Arsip untuk ‘foto’ Kategori
Sebuah “Tjap Djempoel” untuk Kapitalisme
Fareed Zakaria, kolumnis, editor, sekaligus pemuncak Newsweek, mengejutkan dunia dengan tulisan terbarunya, Manifesto Kapitalis. Mengolok-olok bebuka Karl Marx yang terkenal dari The Communist Manifesto (1848), ia menulis: “Sebuah hantu sedang gentayangan menyelimuti dunia: kembalinya kapitalisme.”
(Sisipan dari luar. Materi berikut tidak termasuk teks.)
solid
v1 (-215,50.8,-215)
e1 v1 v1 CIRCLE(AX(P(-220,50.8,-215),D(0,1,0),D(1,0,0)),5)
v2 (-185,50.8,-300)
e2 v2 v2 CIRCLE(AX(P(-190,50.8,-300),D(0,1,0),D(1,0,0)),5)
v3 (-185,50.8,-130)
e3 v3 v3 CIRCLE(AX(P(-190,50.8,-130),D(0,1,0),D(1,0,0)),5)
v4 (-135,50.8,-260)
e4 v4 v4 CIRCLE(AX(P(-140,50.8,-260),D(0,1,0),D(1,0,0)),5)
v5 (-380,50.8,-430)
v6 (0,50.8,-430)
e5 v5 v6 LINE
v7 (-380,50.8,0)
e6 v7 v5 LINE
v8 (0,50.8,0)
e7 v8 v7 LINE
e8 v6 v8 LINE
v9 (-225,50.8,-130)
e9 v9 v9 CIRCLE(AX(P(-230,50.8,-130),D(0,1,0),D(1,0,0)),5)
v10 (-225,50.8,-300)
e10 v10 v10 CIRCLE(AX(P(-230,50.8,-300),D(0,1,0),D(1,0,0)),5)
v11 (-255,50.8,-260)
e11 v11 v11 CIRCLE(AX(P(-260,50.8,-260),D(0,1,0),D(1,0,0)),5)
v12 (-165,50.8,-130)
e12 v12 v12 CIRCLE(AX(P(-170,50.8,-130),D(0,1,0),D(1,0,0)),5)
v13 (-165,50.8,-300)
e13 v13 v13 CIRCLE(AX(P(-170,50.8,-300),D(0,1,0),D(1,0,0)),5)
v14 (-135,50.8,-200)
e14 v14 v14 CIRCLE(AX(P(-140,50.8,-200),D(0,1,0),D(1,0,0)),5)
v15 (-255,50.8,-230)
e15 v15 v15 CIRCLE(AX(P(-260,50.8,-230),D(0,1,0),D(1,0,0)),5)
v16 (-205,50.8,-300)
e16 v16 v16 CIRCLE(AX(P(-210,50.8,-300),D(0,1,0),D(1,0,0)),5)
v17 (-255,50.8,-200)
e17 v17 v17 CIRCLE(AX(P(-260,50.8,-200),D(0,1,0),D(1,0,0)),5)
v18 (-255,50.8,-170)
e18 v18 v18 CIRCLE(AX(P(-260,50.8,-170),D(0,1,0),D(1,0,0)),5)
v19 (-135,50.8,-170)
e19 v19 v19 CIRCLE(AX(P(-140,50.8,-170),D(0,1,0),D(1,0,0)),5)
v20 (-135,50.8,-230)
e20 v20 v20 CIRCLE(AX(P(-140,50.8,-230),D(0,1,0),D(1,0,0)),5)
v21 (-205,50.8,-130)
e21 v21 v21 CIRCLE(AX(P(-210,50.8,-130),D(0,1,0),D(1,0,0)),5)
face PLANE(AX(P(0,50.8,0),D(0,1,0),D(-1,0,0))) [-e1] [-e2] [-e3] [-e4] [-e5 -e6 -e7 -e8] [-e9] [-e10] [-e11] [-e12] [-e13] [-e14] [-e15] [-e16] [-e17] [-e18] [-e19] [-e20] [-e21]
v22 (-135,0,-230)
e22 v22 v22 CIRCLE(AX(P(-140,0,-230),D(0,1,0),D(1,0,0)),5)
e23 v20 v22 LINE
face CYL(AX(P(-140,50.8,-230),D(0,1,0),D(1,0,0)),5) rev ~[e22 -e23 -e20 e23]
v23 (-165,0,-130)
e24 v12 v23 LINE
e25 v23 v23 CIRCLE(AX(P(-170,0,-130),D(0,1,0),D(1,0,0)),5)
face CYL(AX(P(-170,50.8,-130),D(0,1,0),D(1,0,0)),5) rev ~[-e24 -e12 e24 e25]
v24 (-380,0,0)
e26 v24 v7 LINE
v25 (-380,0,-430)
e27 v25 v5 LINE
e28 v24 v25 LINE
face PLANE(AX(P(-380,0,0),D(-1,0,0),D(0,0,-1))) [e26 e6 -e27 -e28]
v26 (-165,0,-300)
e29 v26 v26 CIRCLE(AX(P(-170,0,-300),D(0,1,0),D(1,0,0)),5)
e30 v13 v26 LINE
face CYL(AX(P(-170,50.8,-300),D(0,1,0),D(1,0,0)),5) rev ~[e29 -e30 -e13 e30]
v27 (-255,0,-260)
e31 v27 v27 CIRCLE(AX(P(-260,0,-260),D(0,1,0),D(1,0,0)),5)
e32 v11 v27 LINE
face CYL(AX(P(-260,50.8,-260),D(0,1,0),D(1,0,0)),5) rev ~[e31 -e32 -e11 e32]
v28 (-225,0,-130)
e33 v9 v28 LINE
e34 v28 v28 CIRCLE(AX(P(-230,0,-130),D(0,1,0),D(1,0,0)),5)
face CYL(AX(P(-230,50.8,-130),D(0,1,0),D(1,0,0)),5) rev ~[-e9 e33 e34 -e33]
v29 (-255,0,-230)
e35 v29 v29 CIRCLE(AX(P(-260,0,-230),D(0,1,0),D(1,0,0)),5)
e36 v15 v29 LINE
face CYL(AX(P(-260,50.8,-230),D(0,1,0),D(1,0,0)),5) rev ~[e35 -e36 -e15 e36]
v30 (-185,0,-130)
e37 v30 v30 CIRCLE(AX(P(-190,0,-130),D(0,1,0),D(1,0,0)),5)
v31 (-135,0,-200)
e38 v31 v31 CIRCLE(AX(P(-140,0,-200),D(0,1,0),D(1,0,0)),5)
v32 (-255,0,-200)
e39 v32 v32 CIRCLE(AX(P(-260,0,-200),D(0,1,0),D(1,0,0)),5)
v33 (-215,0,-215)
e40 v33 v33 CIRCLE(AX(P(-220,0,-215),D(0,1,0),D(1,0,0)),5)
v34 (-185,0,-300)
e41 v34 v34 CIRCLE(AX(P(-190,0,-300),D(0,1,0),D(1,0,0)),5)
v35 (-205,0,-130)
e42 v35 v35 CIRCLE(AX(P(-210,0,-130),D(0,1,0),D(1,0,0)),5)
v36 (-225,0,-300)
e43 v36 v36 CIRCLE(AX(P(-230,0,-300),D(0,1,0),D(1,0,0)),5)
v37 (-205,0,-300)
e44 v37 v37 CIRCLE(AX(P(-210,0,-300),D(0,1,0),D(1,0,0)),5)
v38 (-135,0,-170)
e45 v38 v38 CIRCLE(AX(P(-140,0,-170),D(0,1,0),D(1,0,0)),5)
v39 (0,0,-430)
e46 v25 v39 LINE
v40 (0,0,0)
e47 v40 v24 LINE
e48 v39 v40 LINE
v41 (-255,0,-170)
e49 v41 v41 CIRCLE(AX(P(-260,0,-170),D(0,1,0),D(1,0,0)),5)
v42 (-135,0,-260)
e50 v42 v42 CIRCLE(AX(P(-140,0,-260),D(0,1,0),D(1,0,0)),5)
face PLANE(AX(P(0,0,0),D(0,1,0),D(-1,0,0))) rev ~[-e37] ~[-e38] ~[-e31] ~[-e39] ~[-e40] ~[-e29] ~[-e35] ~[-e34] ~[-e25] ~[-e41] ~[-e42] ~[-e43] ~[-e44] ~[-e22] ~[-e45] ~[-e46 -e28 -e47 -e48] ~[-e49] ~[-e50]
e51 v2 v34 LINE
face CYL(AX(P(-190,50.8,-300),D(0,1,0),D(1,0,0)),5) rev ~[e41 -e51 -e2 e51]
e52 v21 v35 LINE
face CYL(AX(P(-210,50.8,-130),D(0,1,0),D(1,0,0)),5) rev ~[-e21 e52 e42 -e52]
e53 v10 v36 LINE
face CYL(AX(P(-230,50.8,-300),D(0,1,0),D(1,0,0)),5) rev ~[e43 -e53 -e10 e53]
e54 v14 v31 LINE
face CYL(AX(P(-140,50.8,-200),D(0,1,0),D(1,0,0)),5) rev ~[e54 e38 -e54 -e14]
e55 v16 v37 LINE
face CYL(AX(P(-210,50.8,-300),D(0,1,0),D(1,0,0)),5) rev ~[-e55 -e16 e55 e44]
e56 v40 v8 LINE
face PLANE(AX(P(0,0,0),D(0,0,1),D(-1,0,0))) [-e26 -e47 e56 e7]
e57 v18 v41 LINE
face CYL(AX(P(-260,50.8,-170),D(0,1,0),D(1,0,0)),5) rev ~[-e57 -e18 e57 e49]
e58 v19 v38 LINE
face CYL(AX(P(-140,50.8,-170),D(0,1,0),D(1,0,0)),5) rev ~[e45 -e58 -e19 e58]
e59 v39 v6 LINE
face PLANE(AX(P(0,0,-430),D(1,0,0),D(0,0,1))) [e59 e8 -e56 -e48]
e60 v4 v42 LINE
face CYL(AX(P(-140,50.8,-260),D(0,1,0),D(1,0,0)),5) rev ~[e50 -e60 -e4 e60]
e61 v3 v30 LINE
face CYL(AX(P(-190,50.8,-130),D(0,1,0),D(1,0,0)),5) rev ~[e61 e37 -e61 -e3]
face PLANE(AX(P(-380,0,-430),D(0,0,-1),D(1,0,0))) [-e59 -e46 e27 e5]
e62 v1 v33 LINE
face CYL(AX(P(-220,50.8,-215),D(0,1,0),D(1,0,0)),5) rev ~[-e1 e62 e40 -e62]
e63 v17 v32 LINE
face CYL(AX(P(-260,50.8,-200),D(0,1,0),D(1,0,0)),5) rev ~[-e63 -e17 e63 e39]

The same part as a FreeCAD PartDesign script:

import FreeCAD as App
import Part
import Sketcher
from FreeCAD import Vector

doc = App.newDocument("Part")
body = doc.addObject("PartDesign::Body", "Body")

# Sketch on XZ plane
sketch1 = doc.addObject("Sketcher::SketchObject", "Sketch")
body.addObject(sketch1)
sketch1.AttachmentSupport = (doc.XZ_Plane, [""])
sketch1.MapMode = "FlatFace"
sketch1.addGeometry(Part.LineSegment(Vector(-380, 0, 0), Vector(0, 0, 0)), False)
sketch1.addGeometry(Part.LineSegment(Vector(0, 0, 0), Vector(0, -430, 0)), False)
sketch1.addGeometry(Part.LineSegment(Vector(0, -430, 0), Vector(-380, -430, 0)), False)
sketch1.addGeometry(Part.LineSegment(Vector(-380, -430, 0), Vector(-380, 0, 0)), False)
sketch1.addConstraint(Sketcher.Constraint("Coincident", 0, 2, 1, 1))
sketch1.addConstraint(Sketcher.Constraint("Coincident", 1, 2, 2, 1))
sketch1.addConstraint(Sketcher.Constraint("Coincident", 2, 2, 3, 1))
sketch1.addConstraint(Sketcher.Constraint("Coincident", 3, 2, 0, 1))
sketch1.addConstraint(Sketcher.Constraint("Horizontal", 0))
sketch1.addConstraint(Sketcher.Constraint("Vertical", 1))
sketch1.addConstraint(Sketcher.Constraint("Horizontal", 2))
sketch1.addConstraint(Sketcher.Constraint("Vertical", 3))
sketch1.addConstraint(Sketcher.Constraint("Coincident", 0, 2, -1, 1))
sketch1.addConstraint(Sketcher.Constraint("DistanceX", 0, 1, 0, 2, 380.0))
sketch1.addConstraint(Sketcher.Constraint("DistanceY", 1, 2, 1, 1, 430.0))
pad1 = doc.addObject("PartDesign::Pad", "Pad")
body.addObject(pad1)
pad1.Profile = sketch1
pad1.Length = 50.8
pad1.Reversed = True

# Sketch on XZ plane
sketch2 = doc.addObject("Sketcher::SketchObject", "Sketch001")
body.addObject(sketch2)
sketch2.AttachmentSupport = (doc.XZ_Plane, [""])
sketch2.MapMode = "FlatFace"
sketch2.AttachmentOffset = App.Placement(Vector(0, 0, -50.8), App.Rotation())
sketch2.addGeometry(Part.Circle(Vector(-220, -215, 0), Vector(0, 0, 1), 5), False)
sketch2.addConstraint(Sketcher.Constraint("Diameter", 0, 10.0))
sketch2.addConstraint(Sketcher.Constraint("DistanceY", 0, 3, -1, 1, 215.0))
sketch2.addConstraint(Sketcher.Constraint("DistanceX", 0, 3, -1, 1, 220.0))
pocket1 = doc.addObject("PartDesign::Pocket", "Pocket")
body.addObject(pocket1)
pocket1.Profile = sketch2
pocket1.Length = 50.8
pocket1.Reversed = True

# Sketch on XZ plane
sketch3 = doc.addObject("Sketcher::SketchObject", "Sketch002")
body.addObject(sketch3)
sketch3.AttachmentSupport = (doc.XZ_Plane, [""])
sketch3.MapMode = "FlatFace"
sketch3.AttachmentOffset = App.Placement(Vector(0, 0, -50.8), App.Rotation())
sketch3.addGeometry(Part.Circle(Vector(-170, -130, 0), Vector(0, 0, 1), 5), False)
sketch3.addGeometry(Part.Circle(Vector(-190, -130, 0), Vector(0, 0, 1), 5), False)
sketch3.addGeometry(Part.Circle(Vector(-210, -130, 0), Vector(0, 0, 1), 5), False)
sketch3.addGeometry(Part.Circle(Vector(-230, -130, 0), Vector(0, 0, 1), 5), False)
sketch3.addConstraint(Sketcher.Constraint("Equal", 0, 1))
sketch3.addConstraint(Sketcher.Constraint("Equal", 1, 2))
sketch3.addConstraint(Sketcher.Constraint("Equal", 2, 3))
sketch3.addConstraint(Sketcher.Constraint("Horizontal", 0, 3, 1, 3))
sketch3.addConstraint(Sketcher.Constraint("Horizontal", 1, 3, 2, 3))
sketch3.addConstraint(Sketcher.Constraint("Horizontal", 2, 3, 3, 3))
sketch3.addConstraint(Sketcher.Constraint("Diameter", 0, 10.0))
sketch3.addConstraint(Sketcher.Constraint("DistanceX", 0, 3, -1, 1, 170.0))
sketch3.addConstraint(Sketcher.Constraint("DistanceY", 0, 3, -1, 1, 130.0))
sketch3.addConstraint(Sketcher.Constraint("DistanceX", 1, 3, 0, 3, 20.0))
sketch3.addConstraint(Sketcher.Constraint("DistanceX", 2, 3, 1, 3, 20.0))
sketch3.addConstraint(Sketcher.Constraint("DistanceX", 3, 3, 2, 3, 20.0))
pocket2 = doc.addObject("PartDesign::Pocket", "Pocket001")
body.addObject(pocket2)
pocket2.Profile = sketch3
pocket2.Length = 50.8
pocket2.Reversed = True

# Sketch on XZ plane
sketch4 = doc.addObject("Sketcher::SketchObject", "Sketch003")
body.addObject(sketch4)
sketch4.AttachmentSupport = (doc.XZ_Plane, [""])
sketch4.MapMode = "FlatFace"
sketch4.AttachmentOffset = App.Placement(Vector(0, 0, -50.8), App.Rotation())
sketch4.addGeometry(Part.Circle(Vector(-170, -300, 0), Vector(0, 0, 1), 5), False)
sketch4.addGeometry(Part.Circle(Vector(-190, -300, 0), Vector(0, 0, 1), 5), False)
sketch4.addGeometry(Part.Circle(Vector(-210, -300, 0), Vector(0, 0, 1), 5), False)
sketch4.addGeometry(Part.Circle(Vector(-230, -300, 0), Vector(0, 0, 1), 5), False)
sketch4.addConstraint(Sketcher.Constraint("Equal", 0, 1))
sketch4.addConstraint(Sketcher.Constraint("Equal", 1, 2))
sketch4.addConstraint(Sketcher.Constraint("Equal", 2, 3))
sketch4.addConstraint(Sketcher.Constraint("Horizontal", 0, 3, 1, 3))
sketch4.addConstraint(Sketcher.Constraint("Horizontal", 1, 3, 2, 3))
sketch4.addConstraint(Sketcher.Constraint("Horizontal", 2, 3, 3, 3))
sketch4.addConstraint(Sketcher.Constraint("Diameter", 0, 10.0))
sketch4.addConstraint(Sketcher.Constraint("DistanceX", 0, 3, -1, 1, 170.0))
sketch4.addConstraint(Sketcher.Constraint("DistanceX", 1, 3, 0, 3, 20.0))
sketch4.addConstraint(Sketcher.Constraint("DistanceX", 2, 3, 1, 3, 20.0))
sketch4.addConstraint(Sketcher.Constraint("DistanceX", 3, 3, 2, 3, 20.0))
sketch4.addConstraint(Sketcher.Constraint("DistanceY", 0, 3, -1, 1, 300.0))
pocket3 = doc.addObject("PartDesign::Pocket", "Pocket002")
body.addObject(pocket3)
pocket3.Profile = sketch4
pocket3.Length = 50.8
pocket3.Reversed = True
Mengingatkan kembali pada “akhir sejarah”-nya Fukuyama, Zakaria, yang pernah menjadi murid kesayangan Samuel Huntington selama di Harvard, mengatakan bahwa krisis yang terjadi di berbagai belahan dunia saat ini bukan “krisis kapitalisme”, tetapi “krisis finansial, demokrasi, globalisasi, dan terutama etika.” Karena itu, ke depan, “kita akan lapar pada lebih banyak kapitalisme, bukan sebaliknya.”
Kapitalisme akan tetap jaya—dan menjadi satu-satunya sistem yang mungkin saat ini—karena ia “mesin ekonomi yang paling produktif,” dan berkat kapitalisme, “selama lebih seperempat abad terakhir, lebih 400 juta orang di seluruh Asia terangkat dari garis kemiskinan.” “Sistem ini dinamis,” dan karena dinamisnya, ia “seperti mobil balap” yang berpacu di landasan cepat. Yang terjadi saat ini hanyalah “tabrakan” pada mobil itu, karena “tidak ada seorang pun yang mengemudikan mobil secepat itu dan tidak ada yang tahu cara mengemudikannya.” Namun, meski mobil itu tabrakan, “kita tetap mengemudikan mobil itu.”
Manifesto ini memang “tjap djempoel” untuk kapitalisme, atau “tjap darah” bahkan. Seperti tjap-tjap dukungan untuk calon-calon presiden yang terhormat di negeri kita hari-hari ini. Meski, jujur, kapitalisme telah membuat dunia saat ini makin gerah, sebab ratusan hektar hutan di Sumatera, Kalimantan, dan Papua digadaikan oleh perusahaan-perusahaan multinasional untuk ditebang dan disulap jadi pipa uang. Meski, jujur, kapitalisme telah membuat seorang teman saya dari Madura—dan mungkin banyak lagi orang Indonesia—tahun ini tak jadi kuliah karena pendidikan yang semakin mahal. Meski, jujur, masih sering dijumpai kesenjangan ekonomi antara superkaya dan supermiskin di negeri ini. Meski, jujur, kaum buruh tahun ini banyak di-PHK dan belum terjamin kesejahteraannya. Meski, jujur, kapitalisme membuat banyak pejabat korupsi. Meski … …
Kapitalisme, penuh kontradiksi, tapi tak henti-hentinya ia dipuja dan dipuji. Di dunia yang masih timpang dan membutuhkan lebih banyak keadilan dan kesetaraan, di samping kebebasan, masih layakkah kita percaya pada kapitalisme?